So tomorrow is the big day I go it alone and move into a cute little terrace on my Jack Jones.
I’m 26, I’ve lived away from home since I was 18. But never alone. It’s scary, daunting, and exciting.
I want to do this. I feel I have so much to prove.
For years I have been babied. Sometimes unintentionally. However, I feel my short, clumsy chubby- cheeked self gets modi-coddled and judged on living an adult life.
Yeh, sometimes It’s helpful. I think people are drawn to my child like self. Always the one who’s described as cute.
I’m forgetful, I have dyspraxia (working out how to put a belt on or sometimes even shoes is a task!). And possibly due to this, family often think I need so much more help than I do.
I’m an eldest child, eldest grandchild on one side. But still seem to be the one who gets looked after. Imagine feeling someone is patting you on the head saying “there there little one I’ll help you”, without the physical contact (I’d flip at that, you can’t touch this.)

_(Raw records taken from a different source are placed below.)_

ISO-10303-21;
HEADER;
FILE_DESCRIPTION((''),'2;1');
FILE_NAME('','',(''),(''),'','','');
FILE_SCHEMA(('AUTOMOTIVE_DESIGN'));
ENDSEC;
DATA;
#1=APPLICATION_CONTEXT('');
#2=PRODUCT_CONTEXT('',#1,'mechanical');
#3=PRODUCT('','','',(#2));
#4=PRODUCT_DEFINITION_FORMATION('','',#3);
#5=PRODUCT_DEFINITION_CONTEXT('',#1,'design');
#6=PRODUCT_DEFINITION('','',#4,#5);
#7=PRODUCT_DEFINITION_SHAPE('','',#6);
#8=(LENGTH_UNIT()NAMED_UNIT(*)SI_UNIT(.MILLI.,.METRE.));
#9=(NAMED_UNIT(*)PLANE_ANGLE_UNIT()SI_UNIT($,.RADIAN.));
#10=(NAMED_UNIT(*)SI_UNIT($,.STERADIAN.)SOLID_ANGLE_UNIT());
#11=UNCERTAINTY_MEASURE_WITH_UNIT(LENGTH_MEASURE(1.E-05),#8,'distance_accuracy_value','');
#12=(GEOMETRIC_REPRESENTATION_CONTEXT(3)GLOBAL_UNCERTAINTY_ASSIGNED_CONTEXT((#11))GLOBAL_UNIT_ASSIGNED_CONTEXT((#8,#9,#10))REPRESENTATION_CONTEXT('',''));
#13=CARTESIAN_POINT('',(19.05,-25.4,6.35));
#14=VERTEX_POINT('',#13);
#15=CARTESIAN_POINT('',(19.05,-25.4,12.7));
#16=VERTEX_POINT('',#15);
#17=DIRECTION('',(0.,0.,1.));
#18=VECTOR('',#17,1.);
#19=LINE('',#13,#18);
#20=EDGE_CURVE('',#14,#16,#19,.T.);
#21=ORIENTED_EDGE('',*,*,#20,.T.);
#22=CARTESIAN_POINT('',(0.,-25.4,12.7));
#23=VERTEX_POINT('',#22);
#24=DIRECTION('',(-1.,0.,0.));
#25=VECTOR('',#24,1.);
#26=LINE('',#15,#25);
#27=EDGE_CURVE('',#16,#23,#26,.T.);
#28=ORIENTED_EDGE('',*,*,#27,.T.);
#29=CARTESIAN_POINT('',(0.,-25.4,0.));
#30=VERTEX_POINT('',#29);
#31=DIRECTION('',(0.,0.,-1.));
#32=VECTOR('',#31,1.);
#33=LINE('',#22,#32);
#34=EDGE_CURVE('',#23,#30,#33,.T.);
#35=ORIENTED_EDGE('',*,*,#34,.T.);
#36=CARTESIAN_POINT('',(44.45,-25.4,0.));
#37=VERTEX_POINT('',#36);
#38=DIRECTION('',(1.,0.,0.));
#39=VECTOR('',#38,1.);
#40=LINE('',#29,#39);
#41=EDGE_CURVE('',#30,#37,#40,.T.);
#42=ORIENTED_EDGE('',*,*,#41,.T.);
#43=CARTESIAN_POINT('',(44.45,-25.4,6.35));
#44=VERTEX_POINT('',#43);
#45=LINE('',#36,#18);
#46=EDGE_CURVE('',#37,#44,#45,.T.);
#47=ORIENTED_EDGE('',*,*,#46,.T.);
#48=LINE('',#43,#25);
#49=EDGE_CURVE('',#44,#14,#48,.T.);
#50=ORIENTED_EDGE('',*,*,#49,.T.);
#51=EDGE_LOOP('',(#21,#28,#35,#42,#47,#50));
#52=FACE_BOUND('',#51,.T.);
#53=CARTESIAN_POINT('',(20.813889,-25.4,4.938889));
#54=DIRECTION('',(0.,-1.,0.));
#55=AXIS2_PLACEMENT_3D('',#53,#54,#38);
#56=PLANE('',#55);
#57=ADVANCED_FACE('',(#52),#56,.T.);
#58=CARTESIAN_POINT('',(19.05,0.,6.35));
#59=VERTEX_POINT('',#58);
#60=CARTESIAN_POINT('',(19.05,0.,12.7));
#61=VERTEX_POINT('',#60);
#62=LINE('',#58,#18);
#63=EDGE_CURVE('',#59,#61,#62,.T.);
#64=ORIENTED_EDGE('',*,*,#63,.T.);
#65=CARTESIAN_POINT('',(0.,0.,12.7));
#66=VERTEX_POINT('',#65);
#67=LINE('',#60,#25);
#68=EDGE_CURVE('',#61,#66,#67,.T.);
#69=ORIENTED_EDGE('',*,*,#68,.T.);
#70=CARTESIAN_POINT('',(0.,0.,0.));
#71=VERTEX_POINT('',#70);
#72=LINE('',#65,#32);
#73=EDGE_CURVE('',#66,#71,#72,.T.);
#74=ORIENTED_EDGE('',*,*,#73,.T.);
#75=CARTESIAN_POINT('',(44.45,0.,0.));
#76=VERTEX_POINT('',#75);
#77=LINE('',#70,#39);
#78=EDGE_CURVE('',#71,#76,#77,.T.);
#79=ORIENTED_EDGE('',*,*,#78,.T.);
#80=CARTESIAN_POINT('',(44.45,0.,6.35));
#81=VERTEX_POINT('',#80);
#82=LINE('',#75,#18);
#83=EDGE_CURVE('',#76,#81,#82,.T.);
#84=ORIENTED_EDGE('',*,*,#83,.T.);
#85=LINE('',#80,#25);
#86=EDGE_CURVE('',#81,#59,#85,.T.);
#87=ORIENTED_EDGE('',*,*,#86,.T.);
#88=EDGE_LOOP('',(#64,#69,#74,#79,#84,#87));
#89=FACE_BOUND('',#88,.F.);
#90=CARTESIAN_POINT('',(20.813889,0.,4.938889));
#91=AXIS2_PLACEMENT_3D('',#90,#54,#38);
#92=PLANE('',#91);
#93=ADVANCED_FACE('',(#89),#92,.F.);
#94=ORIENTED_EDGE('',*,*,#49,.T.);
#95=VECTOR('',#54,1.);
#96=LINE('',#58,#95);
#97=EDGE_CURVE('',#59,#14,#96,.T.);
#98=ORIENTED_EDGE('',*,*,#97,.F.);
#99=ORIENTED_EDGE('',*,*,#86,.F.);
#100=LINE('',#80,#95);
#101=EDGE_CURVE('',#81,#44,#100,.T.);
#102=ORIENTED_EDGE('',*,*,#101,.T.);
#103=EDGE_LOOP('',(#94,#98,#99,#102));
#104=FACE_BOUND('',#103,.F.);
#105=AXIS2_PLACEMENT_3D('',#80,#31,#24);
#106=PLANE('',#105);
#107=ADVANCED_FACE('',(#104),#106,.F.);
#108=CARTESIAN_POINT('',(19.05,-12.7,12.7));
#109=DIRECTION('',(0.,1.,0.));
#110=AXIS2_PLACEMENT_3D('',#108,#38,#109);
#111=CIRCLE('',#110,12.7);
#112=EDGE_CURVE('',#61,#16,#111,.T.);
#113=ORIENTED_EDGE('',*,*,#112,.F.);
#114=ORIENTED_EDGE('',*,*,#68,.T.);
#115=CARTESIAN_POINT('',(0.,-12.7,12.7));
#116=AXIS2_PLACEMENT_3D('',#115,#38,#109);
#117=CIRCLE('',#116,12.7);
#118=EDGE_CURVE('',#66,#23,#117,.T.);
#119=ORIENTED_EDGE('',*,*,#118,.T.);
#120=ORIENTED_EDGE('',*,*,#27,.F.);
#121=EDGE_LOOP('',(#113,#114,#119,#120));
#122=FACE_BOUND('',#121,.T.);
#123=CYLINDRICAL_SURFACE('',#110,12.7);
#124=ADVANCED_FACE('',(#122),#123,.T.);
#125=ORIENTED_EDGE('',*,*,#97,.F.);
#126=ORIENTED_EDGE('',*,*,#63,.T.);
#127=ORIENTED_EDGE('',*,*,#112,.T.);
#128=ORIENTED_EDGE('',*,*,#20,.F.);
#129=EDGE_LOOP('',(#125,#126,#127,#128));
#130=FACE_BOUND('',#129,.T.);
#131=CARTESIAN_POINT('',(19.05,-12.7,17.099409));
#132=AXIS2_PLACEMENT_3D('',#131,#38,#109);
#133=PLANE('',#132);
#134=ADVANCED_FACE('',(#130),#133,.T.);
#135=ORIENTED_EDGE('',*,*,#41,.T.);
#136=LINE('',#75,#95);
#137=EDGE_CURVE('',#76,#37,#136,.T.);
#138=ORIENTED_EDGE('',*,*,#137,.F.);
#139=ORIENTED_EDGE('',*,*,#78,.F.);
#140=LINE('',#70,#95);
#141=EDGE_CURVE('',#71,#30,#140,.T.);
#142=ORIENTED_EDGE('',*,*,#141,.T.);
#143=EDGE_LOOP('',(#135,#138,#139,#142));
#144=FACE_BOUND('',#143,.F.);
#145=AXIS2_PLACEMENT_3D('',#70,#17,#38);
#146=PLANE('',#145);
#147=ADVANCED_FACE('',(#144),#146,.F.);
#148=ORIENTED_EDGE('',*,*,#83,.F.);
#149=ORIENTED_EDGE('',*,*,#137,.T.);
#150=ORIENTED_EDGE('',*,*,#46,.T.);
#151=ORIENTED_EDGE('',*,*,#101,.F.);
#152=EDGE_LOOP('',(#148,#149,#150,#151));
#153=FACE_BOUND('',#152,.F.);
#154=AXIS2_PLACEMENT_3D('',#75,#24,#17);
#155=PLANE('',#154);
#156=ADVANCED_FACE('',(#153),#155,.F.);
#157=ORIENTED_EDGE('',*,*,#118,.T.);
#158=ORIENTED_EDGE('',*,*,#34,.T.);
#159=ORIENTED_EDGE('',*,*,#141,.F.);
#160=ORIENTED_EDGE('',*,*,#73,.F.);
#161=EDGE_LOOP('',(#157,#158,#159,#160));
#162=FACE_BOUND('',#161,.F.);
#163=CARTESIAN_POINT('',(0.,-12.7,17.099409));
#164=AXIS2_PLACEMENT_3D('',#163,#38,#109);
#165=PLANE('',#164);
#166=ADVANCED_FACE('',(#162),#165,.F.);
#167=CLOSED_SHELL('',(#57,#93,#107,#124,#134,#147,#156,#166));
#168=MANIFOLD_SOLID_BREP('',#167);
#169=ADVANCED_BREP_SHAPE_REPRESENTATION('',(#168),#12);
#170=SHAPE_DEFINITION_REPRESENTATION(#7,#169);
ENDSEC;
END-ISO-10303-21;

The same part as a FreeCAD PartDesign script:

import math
import FreeCAD as App
import Part
import Sketcher

V = App.Vector
Q = App.Units.Quantity

doc = App.newDocument("Part")
body = doc.addObject("PartDesign::Body", "Body")

sketch1 = body.newObject("Sketcher::SketchObject", "Sketch")
sketch1.AttachmentSupport = (doc.getObject("XZ_Plane"), [""])
sketch1.MapMode = "FlatFace"
sketch1.addGeometry([
    Part.LineSegment(V(0, 13, 0), V(0, 0, 0)),
    Part.LineSegment(V(0, 0, 0), V(44, 0, 0)),
    Part.LineSegment(V(44, 0, 0), V(44, 6, 0)),
    Part.LineSegment(V(44, 6, 0), V(19, 6, 0)),
    Part.LineSegment(V(19, 6, 0), V(19, 13, 0)),
    Part.LineSegment(V(19, 13, 0), V(0, 13, 0)),
], False)
sketch1.addConstraint([
    Sketcher.Constraint("Coincident", 0, 2, 1, 1),
    Sketcher.Constraint("Coincident", 1, 2, 2, 1),
    Sketcher.Constraint("Coincident", 2, 2, 3, 1),
    Sketcher.Constraint("Coincident", 3, 2, 4, 1),
    Sketcher.Constraint("Coincident", 4, 2, 5, 1),
    Sketcher.Constraint("Coincident", 5, 2, 0, 1),
    Sketcher.Constraint("Vertical", 0),
    Sketcher.Constraint("Horizontal", 1),
    Sketcher.Constraint("Vertical", 2),
    Sketcher.Constraint("Horizontal", 3),
    Sketcher.Constraint("Vertical", 4),
    Sketcher.Constraint("Horizontal", 5),
    Sketcher.Constraint("Coincident", 0, 2, -1, 1),
    Sketcher.Constraint("Equal", 2, 4),
    Sketcher.Constraint("DistanceX", 3, 2, 3, 1, Q("1 in")),
    Sketcher.Constraint("DistanceY", 0, 2, 0, 1, Q("0.5 in")),
    Sketcher.Constraint("DistanceX", 1, 1, 1, 2, Q("1.75 in")),
])
pad1 = body.newObject("PartDesign::Pad", "Pad")
pad1.Profile = sketch1
pad1.Length = Q("1 in")

sketch2 = body.newObject("Sketcher::SketchObject", "Sketch001")
sketch2.AttachmentSupport = (doc.getObject("YZ_Plane"), [""])
sketch2.MapMode = "FlatFace"
sketch2.AttachmentOffset = App.Placement(V(0, 0, 0.75 * 25.4), App.Rotation())
sketch2.addGeometry([
    Part.LineSegment(V(-25, 13, 0), V(0, 13, 0)),
    Part.ArcOfCircle(Part.Circle(V(-13, 13, 0), V(0, 0, 1), 13), math.radians(0), math.radians(180)),
], False)
sketch2.addConstraint([
    Sketcher.Constraint("Coincident", 0, 1, 1, 2),
    Sketcher.Constraint("Coincident", 1, 1, 0, 2),
    Sketcher.Constraint("Horizontal", 0),
    Sketcher.Constraint("PointOnObject", 1, 1, -2),
    Sketcher.Constraint("Horizontal", 1, 3, 0, 1),
    Sketcher.Constraint("Radius", 1, Q("0.5 in")),
    Sketcher.Constraint("DistanceY", -1, 1, 1, 3, Q("0.5 in")),
])
pad2 = body.newObject("PartDesign::Pad", "Pad001")
pad2.Profile = sketch2
pad2.Length = Q("0.75 in")
pad2.Reversed = True

doc.recompute()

I’m the one who is academically bright. But seen as common sense stupid. It’s patronising when someone says “oh god don’t let Beth do that” infact. It’s painful, it hurts.
We discussed it in therapy. Maybe there is an under lying currant of wanting to protect me. Because I’ve been the emotionally vulnerable one. The kid that saw too much.
I am no longer that child.
I am a grown woman, scarred by things I never dealt with. Screaming to be heard and have my independence. To move on.
I’m talked over, told what to do, how to do it. Without asking.
I CAN DO IT. And if I can’t, I will ask for help. Let me make my own mistakes (even if that does involve me grating part of my thumb off with a cheese grater).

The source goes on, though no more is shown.